Before you can trust your data, you have to fix it. Most businesses I work with have the same problem: years of records spread across systems that were never designed to work together. I clean it up, connect it, and give you a foundation you can actually build on.
I map what you have, where it lives, and what condition it's in. Duplicate records, missing fields, inconsistent formats — I document every issue before I touch anything.
I use AI-assisted matching to catch fuzzy duplicates and near-misses that rule-based cleanup won't find, then normalize your records so the same customer looks the same everywhere.
Your POS, CRM, accounting software, and marketing tools each hold a piece of the picture. I build automated data pipelines that keep everything synchronized.
Moving to a new platform? Merging data from an acquisition? I handle extraction, transformation, and loading so nothing gets lost or corrupted.
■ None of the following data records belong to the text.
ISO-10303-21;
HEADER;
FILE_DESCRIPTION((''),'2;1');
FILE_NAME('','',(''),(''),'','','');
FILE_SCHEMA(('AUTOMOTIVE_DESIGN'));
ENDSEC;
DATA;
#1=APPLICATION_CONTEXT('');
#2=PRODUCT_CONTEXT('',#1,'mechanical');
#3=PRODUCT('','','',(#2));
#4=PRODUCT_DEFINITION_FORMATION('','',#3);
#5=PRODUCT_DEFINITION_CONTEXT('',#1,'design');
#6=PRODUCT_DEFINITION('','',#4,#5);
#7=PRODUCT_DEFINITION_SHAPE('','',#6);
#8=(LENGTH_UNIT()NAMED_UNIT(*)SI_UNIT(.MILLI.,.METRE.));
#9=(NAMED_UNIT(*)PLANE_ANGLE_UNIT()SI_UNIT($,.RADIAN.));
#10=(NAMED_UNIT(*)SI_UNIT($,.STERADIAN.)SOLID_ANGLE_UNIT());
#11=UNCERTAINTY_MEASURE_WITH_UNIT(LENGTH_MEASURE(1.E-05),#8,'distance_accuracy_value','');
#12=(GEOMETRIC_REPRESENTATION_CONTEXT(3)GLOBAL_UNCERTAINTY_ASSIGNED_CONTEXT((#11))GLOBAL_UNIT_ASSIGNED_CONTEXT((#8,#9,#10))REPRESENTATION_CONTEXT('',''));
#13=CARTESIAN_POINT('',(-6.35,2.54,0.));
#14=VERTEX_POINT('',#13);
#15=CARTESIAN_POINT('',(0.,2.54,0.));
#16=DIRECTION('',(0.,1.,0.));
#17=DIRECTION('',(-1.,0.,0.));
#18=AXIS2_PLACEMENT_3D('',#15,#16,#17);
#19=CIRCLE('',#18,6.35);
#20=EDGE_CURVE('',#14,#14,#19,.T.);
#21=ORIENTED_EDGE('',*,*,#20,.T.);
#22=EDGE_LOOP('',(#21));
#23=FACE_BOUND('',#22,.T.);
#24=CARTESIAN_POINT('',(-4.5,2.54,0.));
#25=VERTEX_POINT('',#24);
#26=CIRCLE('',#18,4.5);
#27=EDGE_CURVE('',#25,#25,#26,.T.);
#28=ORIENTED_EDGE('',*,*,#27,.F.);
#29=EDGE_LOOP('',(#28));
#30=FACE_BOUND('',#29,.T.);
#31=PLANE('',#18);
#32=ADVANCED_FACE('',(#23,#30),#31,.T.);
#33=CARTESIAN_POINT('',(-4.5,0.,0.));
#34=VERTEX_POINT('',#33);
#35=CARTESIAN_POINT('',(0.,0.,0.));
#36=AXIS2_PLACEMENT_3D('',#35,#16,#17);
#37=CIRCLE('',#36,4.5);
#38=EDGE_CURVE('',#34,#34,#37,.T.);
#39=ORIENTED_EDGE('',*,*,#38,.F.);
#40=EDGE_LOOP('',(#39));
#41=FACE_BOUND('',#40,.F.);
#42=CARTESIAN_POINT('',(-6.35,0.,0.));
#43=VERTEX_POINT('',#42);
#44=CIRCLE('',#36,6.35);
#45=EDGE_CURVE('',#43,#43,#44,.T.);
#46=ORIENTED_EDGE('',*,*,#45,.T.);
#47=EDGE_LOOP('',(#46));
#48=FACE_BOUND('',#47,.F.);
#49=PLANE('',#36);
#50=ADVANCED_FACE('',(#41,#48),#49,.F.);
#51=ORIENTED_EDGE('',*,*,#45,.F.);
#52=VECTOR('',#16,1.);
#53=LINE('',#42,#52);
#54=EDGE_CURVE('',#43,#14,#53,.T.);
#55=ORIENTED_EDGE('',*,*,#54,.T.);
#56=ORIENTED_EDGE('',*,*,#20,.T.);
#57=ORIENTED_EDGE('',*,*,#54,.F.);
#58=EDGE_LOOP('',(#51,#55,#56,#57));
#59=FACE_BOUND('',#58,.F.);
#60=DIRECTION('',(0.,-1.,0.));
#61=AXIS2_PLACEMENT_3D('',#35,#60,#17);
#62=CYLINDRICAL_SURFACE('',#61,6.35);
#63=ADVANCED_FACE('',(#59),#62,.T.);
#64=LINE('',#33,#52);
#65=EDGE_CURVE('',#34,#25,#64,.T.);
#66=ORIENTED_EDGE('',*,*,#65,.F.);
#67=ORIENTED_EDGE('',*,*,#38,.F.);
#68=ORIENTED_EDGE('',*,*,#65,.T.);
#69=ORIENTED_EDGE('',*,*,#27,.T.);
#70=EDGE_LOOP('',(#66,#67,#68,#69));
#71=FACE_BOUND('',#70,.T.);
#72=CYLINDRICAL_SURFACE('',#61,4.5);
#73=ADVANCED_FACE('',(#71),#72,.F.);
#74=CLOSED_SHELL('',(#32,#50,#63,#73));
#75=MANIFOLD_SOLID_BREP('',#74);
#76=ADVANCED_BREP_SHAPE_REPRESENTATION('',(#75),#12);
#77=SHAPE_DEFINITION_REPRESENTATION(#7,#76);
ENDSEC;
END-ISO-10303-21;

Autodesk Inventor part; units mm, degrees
ref_plane "YZ Plane" through (0, 0, 0) normal (1, 0, 0) x (0, 1, 0)
ref_plane "XZ Plane" through (0, 0, 0) normal (0, 1, 0) x (-1, 0, 0)
ref_plane "XY Plane" through (0, 0, 0) normal (0, 0, 1) x (1, 0, 0)
sketch "Sketch1" plane through (0, 0, 0) normal (0, 1, 0) x (-1, 0, 0)
  circle A0 centre (0, 0) radius 6.35
  circle A1 centre (0, 0) radius 4.5
  dimension "d0" = 12.7
  dimension "d1" = 9
extrude "Extrusion1" add sketch "Sketch1" along normal blind 2.54
properties part number "ELEV_029_SPACER4" material "ABS Plastic"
You don't trust your own numbers. Someone pulls a report and the totals don't match what you see in another system. So you second-guess everything, or worse — you stop looking at the data altogether.
You've outgrown your setup. What worked when you had 50 customers doesn't work at 500. Your spreadsheets have tabs referencing other tabs referencing other spreadsheets.
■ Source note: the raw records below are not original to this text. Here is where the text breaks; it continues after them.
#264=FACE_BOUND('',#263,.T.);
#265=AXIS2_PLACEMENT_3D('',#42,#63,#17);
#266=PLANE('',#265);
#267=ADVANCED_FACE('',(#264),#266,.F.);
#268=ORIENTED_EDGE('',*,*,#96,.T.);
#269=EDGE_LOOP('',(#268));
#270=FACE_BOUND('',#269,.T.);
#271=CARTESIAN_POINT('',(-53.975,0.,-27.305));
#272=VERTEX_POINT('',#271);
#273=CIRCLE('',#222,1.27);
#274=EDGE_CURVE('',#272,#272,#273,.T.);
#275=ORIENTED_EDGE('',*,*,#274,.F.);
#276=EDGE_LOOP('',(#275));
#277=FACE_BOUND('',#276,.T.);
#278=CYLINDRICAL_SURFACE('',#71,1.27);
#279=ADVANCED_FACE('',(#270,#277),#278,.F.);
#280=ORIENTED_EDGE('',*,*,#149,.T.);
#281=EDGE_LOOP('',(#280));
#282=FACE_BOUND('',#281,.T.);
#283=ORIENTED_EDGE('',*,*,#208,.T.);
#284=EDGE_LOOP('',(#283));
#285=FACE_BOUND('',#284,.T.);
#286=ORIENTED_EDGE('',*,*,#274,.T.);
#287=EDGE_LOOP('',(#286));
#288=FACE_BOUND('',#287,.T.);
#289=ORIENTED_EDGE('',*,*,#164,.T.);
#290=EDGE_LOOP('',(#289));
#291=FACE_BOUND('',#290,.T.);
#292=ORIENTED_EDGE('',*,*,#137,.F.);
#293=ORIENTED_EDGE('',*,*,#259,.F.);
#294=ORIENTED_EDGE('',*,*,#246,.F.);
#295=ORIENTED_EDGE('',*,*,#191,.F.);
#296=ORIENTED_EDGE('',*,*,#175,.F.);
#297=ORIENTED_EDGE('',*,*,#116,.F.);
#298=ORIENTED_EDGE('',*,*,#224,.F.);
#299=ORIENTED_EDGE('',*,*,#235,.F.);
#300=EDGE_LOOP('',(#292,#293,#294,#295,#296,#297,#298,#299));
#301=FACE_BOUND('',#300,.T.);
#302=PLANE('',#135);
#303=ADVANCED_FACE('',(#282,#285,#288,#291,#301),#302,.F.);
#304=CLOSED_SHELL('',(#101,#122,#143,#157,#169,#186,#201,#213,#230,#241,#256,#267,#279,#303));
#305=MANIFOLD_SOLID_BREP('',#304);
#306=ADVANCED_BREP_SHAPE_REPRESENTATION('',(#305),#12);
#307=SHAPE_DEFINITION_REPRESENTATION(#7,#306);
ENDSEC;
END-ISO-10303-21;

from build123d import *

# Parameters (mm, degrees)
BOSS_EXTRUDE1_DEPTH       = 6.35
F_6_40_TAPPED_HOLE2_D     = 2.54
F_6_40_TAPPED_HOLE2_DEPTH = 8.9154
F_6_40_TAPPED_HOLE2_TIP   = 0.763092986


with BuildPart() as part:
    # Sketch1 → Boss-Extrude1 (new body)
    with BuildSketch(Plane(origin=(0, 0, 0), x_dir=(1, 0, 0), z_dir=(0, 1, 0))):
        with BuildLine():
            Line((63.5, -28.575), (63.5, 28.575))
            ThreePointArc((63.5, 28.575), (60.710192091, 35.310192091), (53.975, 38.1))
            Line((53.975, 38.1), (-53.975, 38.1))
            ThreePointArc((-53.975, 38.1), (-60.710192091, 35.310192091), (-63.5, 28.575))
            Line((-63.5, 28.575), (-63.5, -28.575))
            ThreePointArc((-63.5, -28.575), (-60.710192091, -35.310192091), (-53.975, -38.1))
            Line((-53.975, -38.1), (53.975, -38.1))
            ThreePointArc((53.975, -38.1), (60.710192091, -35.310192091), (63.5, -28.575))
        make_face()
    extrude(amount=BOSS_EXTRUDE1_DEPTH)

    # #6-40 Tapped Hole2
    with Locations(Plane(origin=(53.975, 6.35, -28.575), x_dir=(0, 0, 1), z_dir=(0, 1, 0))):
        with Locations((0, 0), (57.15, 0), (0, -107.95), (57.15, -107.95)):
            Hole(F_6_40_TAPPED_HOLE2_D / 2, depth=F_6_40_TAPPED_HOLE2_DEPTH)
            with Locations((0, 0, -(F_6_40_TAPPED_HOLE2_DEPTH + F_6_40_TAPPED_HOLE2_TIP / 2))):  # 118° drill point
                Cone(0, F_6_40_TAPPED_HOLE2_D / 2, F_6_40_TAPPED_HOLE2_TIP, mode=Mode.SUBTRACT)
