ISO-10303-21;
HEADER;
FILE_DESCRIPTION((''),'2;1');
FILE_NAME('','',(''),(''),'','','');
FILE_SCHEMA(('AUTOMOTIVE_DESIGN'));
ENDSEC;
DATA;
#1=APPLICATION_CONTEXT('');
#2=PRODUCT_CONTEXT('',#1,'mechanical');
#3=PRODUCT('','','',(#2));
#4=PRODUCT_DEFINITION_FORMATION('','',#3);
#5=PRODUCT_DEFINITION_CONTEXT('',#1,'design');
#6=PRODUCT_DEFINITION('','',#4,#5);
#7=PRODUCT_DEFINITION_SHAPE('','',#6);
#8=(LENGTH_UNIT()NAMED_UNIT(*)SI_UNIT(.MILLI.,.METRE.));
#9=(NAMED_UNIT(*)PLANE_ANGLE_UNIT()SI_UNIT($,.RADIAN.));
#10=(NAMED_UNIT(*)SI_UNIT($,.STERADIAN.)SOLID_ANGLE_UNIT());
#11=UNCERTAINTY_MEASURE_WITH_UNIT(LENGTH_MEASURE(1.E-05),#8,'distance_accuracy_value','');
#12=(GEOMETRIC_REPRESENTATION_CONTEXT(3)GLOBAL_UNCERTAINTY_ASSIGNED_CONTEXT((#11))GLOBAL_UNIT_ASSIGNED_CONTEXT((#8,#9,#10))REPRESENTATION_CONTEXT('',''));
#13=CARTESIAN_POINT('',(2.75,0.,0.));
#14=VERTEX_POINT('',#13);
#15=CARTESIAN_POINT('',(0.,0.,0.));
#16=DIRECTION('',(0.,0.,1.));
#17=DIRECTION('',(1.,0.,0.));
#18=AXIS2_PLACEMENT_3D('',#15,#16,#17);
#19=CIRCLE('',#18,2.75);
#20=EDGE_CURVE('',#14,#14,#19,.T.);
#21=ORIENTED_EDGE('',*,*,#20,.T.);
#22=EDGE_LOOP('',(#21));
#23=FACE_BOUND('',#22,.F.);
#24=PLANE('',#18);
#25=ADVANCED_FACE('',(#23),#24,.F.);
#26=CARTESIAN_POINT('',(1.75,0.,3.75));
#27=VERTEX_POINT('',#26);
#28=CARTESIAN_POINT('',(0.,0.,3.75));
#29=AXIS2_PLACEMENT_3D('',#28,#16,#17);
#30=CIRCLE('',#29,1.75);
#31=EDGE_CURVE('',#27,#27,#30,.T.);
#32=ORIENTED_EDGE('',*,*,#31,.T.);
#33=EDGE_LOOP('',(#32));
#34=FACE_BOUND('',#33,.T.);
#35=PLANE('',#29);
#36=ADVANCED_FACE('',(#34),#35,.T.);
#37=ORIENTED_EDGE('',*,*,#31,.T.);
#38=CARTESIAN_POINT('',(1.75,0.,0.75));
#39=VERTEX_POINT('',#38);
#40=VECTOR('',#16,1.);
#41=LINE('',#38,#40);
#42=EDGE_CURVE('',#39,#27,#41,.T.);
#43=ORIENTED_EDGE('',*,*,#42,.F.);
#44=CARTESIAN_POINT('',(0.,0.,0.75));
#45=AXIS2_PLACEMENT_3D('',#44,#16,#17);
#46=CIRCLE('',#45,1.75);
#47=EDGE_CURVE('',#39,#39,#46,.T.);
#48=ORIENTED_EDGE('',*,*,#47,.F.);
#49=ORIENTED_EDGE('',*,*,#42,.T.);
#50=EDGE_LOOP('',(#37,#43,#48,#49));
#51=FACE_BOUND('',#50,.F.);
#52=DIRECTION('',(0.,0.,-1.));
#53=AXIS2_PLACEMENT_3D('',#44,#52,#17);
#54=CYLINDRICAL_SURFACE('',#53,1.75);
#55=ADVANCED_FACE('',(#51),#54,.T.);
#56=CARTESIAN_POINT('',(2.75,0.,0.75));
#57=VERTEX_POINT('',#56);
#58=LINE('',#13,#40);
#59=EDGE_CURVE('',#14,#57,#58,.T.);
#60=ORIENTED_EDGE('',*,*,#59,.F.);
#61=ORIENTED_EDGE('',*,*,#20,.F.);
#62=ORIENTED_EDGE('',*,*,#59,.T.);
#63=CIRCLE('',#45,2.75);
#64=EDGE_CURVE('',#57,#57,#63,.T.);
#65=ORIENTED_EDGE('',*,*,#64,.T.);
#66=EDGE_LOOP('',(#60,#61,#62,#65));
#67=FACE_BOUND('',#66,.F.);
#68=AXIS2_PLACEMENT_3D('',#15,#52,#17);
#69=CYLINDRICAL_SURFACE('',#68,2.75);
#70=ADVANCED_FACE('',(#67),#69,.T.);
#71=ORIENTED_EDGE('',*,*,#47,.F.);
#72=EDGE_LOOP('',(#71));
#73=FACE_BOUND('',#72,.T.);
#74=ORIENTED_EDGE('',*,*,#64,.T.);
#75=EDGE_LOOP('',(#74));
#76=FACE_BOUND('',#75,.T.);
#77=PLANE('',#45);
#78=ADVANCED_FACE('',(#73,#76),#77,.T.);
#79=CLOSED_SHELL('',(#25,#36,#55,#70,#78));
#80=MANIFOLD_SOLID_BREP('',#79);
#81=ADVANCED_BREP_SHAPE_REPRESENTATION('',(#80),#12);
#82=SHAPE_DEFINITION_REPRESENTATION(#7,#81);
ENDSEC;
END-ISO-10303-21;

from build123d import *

# Parameters (mm, degrees)
SKETCH_R     = 2.75
PAD_DEPTH    = 0.75
SKETCH001_R  = 1.75
PAD001_DEPTH = 3


with BuildPart() as part:
    # Sketch → Pad (new body)
    with BuildSketch(Plane.XY):
        Circle(SKETCH_R)
    extrude(amount=PAD_DEPTH)

    # Sketch001 (on Face3 of Pad) → Pad001 (join)
    with BuildSketch(Plane.XY.offset(0.75)):
        Circle(SKETCH001_R)
    extrude(amount=PAD001_DEPTH)


solid = part.part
You're about to invest in analytics or dashboards but your data isn't ready. You know you need better reporting, but every tool you try produces garbage because the underlying data is inconsistent.
A typical cleanup engagement starts with a 1–2 week audit. I connect to your systems, profile the data, and deliver a findings report that lays out every issue in plain language — not a spreadsheet of error codes, but a clear picture of what's wrong and what it's costing you.
From there, the cleanup itself usually runs 3–6 weeks depending on volume. I work in stages — standardizing records, deduplicating, filling gaps, and building validation rules that prevent the same problems from creeping back in.